You can find active project names that your account is associated with by running the command:
If an account is associated with more than one project, a job must be submitted by using a specific project name using -A, or by setting the environment variable COBALT_PROJ.
Submitted Job with the Wrong Arguments
If you submit a job with the wrong arguments, you can modif without deleting it and resubmitting it. Most settings can be changed using qalter.
Usage: qalter [-d] [-v] -A <project name> -t <time in minutes> -e <error file path> -o <output file path> --dependencies <jobid1>:<jobid2> -n <number nodes of> -h --proccount <processor count> -M <email address> --mode script/c1/c2/c4/c8/c16/c32/c64 <jobid1> <jobid2>
Note: To change the queue, use qmove.
Usage: qmove <queue name> <jobid> <jobid>
Changing Executable after Job Submission
When a job is submitted via qsub, Cobalt records the path to the executable or script, but it does not make a copy. As a result, if the executable or script is modified when there is a deletion or modification, it will affect any jobs already submitted that use that executable. To avoid confusion it is generally best to avoid making changes after job submission.
Holding and Releasing Jobs
To hold a job (prevent from running), use qhold. This will put the job in the "user_hold" state.
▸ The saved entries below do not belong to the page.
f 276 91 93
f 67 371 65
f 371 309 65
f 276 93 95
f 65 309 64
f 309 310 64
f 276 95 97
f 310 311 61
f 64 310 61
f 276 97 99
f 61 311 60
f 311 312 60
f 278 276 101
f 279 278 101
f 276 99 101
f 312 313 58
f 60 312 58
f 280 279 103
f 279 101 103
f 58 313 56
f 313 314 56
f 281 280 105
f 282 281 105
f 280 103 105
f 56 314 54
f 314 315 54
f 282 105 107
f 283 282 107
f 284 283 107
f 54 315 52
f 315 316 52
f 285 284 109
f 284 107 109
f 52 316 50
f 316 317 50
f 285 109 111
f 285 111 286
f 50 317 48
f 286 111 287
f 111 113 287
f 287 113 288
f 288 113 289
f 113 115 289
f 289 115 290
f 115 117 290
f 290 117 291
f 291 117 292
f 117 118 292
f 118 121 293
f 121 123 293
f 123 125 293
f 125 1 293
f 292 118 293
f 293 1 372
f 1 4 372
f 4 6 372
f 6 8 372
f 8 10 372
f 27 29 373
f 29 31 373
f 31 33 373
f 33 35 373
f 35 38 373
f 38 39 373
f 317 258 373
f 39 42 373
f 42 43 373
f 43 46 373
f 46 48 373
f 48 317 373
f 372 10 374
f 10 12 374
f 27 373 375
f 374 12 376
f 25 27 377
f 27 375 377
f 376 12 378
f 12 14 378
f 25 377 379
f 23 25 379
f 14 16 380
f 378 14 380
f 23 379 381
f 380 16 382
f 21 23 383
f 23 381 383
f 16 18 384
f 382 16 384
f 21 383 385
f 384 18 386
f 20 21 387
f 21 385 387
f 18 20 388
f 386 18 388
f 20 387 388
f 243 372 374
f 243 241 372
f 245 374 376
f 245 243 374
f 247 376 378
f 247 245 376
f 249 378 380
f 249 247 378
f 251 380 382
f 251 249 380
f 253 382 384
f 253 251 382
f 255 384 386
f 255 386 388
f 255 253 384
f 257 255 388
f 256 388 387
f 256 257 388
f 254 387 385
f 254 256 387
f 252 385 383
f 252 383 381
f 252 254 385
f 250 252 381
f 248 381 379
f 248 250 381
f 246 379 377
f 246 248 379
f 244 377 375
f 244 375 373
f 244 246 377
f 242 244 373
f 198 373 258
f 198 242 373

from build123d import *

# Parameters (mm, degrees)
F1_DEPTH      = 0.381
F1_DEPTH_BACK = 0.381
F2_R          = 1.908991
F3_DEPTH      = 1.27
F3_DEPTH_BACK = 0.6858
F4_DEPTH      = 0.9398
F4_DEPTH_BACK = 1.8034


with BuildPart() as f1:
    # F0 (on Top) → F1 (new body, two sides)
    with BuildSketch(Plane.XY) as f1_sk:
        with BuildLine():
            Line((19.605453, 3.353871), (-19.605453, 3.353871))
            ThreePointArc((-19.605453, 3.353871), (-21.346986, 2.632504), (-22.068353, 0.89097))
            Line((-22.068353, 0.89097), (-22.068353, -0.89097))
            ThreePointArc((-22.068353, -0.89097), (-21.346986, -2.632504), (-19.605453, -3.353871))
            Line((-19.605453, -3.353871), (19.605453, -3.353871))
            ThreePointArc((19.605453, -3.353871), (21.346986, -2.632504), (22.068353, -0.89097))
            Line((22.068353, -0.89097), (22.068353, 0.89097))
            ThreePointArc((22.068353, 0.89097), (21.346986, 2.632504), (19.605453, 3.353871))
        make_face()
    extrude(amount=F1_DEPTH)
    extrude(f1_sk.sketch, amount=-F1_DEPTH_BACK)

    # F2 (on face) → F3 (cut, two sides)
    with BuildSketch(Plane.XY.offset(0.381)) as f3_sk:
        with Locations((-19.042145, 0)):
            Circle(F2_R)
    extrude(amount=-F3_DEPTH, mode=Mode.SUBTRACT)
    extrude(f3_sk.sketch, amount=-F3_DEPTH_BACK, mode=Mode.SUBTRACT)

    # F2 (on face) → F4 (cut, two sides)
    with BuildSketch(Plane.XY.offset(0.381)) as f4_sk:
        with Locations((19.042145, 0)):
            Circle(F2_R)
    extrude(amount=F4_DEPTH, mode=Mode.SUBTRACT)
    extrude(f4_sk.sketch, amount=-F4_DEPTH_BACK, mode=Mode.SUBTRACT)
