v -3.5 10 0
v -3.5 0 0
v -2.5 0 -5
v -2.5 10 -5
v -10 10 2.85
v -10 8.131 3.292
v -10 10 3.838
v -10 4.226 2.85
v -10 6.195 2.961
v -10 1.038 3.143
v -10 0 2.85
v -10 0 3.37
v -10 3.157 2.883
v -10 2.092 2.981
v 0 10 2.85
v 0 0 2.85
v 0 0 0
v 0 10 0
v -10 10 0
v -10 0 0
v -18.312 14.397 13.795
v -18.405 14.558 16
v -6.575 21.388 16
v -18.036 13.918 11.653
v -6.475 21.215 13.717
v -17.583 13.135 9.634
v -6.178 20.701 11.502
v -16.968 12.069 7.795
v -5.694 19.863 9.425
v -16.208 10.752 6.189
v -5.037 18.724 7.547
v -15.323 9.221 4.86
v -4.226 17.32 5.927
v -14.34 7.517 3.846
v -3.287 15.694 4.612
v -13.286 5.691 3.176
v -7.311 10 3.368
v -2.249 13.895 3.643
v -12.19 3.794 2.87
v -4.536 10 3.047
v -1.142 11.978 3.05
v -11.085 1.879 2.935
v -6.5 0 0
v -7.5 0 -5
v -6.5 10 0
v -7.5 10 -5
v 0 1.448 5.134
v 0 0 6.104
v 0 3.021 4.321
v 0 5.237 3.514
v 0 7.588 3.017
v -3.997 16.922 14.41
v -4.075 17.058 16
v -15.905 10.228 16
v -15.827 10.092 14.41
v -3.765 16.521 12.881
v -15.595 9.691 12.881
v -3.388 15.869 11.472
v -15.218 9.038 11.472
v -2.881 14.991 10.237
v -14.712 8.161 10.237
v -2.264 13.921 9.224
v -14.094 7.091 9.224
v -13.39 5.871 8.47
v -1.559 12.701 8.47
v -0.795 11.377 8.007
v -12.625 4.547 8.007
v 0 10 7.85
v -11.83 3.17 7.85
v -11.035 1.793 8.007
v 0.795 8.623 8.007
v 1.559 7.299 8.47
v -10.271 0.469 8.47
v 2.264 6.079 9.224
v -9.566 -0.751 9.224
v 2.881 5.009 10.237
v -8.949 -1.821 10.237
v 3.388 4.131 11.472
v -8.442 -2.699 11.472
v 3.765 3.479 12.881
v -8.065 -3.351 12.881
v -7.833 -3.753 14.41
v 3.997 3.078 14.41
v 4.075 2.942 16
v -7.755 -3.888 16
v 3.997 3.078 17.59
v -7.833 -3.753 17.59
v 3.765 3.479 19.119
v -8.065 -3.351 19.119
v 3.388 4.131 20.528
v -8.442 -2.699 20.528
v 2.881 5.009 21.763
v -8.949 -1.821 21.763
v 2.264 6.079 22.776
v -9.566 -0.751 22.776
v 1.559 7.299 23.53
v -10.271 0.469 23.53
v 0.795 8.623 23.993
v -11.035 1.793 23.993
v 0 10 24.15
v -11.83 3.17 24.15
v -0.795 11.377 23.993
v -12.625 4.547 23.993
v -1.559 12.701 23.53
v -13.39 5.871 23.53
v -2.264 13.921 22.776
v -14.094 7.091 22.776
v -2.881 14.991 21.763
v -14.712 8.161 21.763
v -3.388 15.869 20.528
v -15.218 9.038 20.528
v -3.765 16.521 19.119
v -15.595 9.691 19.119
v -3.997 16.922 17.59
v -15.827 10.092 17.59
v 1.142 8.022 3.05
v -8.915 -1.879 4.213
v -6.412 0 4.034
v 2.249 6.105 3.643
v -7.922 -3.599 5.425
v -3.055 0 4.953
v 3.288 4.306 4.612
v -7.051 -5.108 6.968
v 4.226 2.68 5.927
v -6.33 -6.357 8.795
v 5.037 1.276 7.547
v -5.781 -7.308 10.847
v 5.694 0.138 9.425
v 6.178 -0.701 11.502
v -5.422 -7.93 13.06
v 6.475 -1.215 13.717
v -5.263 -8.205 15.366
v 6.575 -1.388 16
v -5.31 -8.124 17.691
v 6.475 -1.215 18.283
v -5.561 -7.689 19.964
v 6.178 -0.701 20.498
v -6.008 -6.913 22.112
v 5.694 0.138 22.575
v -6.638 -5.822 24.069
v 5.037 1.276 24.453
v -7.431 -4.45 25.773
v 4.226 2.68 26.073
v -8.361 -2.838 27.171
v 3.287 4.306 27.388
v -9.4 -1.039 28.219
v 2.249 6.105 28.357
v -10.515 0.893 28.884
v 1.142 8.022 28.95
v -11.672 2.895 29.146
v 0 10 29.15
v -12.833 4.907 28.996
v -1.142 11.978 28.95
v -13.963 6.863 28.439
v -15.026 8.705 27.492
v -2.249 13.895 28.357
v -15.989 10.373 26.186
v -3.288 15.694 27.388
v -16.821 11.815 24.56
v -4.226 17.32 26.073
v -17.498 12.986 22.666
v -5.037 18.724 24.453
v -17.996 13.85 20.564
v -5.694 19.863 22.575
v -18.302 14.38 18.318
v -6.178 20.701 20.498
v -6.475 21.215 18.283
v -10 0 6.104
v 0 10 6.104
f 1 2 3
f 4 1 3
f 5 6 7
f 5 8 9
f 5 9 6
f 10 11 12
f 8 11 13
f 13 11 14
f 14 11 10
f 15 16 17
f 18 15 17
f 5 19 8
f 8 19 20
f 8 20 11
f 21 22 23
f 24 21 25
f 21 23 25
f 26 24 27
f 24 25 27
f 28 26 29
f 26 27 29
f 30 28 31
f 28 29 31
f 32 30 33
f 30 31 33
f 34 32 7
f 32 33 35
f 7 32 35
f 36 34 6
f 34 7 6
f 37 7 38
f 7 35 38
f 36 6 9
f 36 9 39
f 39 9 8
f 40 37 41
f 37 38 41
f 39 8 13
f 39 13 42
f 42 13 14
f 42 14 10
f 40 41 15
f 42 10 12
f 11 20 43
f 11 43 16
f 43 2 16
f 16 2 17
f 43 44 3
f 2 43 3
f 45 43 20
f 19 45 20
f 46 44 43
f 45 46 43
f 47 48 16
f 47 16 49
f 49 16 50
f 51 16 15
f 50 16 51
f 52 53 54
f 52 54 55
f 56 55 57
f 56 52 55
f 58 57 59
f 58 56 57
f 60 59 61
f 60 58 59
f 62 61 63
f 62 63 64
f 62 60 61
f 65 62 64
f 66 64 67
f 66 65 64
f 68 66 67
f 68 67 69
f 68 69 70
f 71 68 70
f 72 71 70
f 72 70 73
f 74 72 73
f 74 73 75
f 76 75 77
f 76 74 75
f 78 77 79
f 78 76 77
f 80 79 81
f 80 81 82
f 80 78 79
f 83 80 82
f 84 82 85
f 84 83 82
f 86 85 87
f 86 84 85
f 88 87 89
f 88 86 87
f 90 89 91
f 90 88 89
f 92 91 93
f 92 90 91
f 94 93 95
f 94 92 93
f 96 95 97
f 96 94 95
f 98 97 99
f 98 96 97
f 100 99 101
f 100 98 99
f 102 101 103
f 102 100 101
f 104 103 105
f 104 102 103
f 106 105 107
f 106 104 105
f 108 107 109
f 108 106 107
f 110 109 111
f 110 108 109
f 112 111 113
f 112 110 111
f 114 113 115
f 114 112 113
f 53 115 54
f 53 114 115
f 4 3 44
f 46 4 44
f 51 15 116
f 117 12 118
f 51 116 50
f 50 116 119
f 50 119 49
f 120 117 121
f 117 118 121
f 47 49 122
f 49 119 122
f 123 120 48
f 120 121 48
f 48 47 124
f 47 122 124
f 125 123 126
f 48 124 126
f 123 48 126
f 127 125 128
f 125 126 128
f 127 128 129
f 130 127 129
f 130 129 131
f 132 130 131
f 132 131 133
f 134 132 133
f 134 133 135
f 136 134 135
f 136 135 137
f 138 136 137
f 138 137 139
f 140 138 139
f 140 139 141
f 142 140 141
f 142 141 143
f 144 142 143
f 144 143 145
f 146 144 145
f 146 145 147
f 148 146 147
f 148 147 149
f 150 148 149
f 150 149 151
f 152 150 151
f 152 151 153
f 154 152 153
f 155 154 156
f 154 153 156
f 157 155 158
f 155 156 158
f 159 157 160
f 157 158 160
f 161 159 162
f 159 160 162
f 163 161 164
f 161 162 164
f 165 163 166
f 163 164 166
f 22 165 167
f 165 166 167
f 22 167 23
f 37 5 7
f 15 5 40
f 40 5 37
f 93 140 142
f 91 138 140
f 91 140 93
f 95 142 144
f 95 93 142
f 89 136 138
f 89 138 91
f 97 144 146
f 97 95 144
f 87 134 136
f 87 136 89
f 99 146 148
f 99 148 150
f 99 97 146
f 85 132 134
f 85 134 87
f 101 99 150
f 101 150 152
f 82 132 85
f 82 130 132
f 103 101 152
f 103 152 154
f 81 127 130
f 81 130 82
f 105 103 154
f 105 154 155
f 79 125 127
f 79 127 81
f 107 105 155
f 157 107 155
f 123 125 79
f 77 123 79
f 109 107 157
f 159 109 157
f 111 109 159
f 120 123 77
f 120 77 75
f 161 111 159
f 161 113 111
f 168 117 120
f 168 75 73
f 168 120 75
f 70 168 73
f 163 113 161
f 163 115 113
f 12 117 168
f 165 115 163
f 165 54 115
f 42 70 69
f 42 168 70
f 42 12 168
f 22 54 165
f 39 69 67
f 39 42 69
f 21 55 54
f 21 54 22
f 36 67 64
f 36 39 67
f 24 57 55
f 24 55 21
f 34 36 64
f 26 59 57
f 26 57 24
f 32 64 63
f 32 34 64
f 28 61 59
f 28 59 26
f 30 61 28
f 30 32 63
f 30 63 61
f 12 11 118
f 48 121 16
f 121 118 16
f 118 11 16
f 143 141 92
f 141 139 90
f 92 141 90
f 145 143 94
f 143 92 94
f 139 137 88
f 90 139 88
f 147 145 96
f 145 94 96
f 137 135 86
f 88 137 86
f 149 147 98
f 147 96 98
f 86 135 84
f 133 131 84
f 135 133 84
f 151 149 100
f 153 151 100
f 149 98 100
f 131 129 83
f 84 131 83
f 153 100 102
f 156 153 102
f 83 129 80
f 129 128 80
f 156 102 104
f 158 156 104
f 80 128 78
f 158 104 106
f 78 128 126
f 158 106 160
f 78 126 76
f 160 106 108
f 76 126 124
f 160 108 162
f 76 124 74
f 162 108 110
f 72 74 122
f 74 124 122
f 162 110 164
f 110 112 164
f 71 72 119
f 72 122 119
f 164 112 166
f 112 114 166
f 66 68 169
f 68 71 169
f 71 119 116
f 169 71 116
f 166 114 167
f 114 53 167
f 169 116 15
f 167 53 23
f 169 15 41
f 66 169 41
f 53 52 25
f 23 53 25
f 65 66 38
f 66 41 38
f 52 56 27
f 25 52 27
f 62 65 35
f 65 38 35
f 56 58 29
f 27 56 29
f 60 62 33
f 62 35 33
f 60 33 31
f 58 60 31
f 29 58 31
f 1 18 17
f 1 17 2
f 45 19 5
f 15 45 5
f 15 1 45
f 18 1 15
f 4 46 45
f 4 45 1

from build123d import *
from build123d.topology import SkipClean

# Parameters (mm, degrees)
BOSS_EXTRUDE1_DEPTH     = 10
SKETCH2_R               = 13.15
SKETCH2_R_2             = 8.15
BOSS_EXTRUDE2_DEPTH     = 13.660254
BOSS_EXTRUDE4_OUTLINE_W = 10
BOSS_EXTRUDE4_OUTLINE_H = 10
BOSS_EXTRUDE4_DEPTH     = 3.254420179


# Read off the part's stored shape, not the designer's step: Boss-Extrude4
with BuildPart() as part:
    # Sketch1 → Boss-Extrude1 (new body)
    with BuildSketch(Plane(origin=(0, 0, 0), x_dir=(1, 0, 0), z_dir=(0, 1, 0))):
        Polygon((-5, -2.85), (-5, 5), (-7.5, 5), (-6.5, 0), (-10, 0), (-10, -2.85), align=None)
        Polygon((0, 0), (-3.5, 0), (-2.5, 5), (-5, 5), (-5, -2.85), (0, -2.85), align=None)
    extrude(amount=BOSS_EXTRUDE1_DEPTH)



with BuildPart() as body_2:
    # Sketch2 → Boss-Extrude2 (new body)
    with BuildSketch(Plane(origin=(4.330127019, 2.5, 0), x_dir=(0, 0, -1), z_dir=(-0.8660254037844362, -0.5000000000000041, 0))):
        with Locations(Location((-16, -8.660254038, 0), (0, 0, 270))):
            Circle(SKETCH2_R)
        with Locations(Location((-16, -8.660254038, 0), (0, 0, 270))):
            Circle(SKETCH2_R_2, mode=Mode.SUBTRACT)
    extrude(amount=BOSS_EXTRUDE2_DEPTH)


with BuildPart() as part_1:
    with SkipClean():  # the faces are left unmerged after this step: merging them gives an invalid solid
        add(part.part)

        add(body_2.part)  # Boss-Extrude4 merges body 2
        # Boss-Extrude4 outline → Boss-Extrude4 (add)
        with BuildSketch(Plane.XY.offset(2.85)):
            with Locations((-5, 5)):
                Rectangle(BOSS_EXTRUDE4_OUTLINE_W, BOSS_EXTRUDE4_OUTLINE_H)
        extrude(amount=BOSS_EXTRUDE4_DEPTH)


solid = part_1.part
To release a job in a user hold (user_hold) state, use qrls:
A job may also be put into a user hold immediately upon submission by passing qsub the -h flag;
qsub -n 512 -t 120 -A MyProject -h myExe
For jobs in the dep_hold or dep_fail state, please see the section on job dependencies
Jobs in the state admin_hold may only be released by a system administrator.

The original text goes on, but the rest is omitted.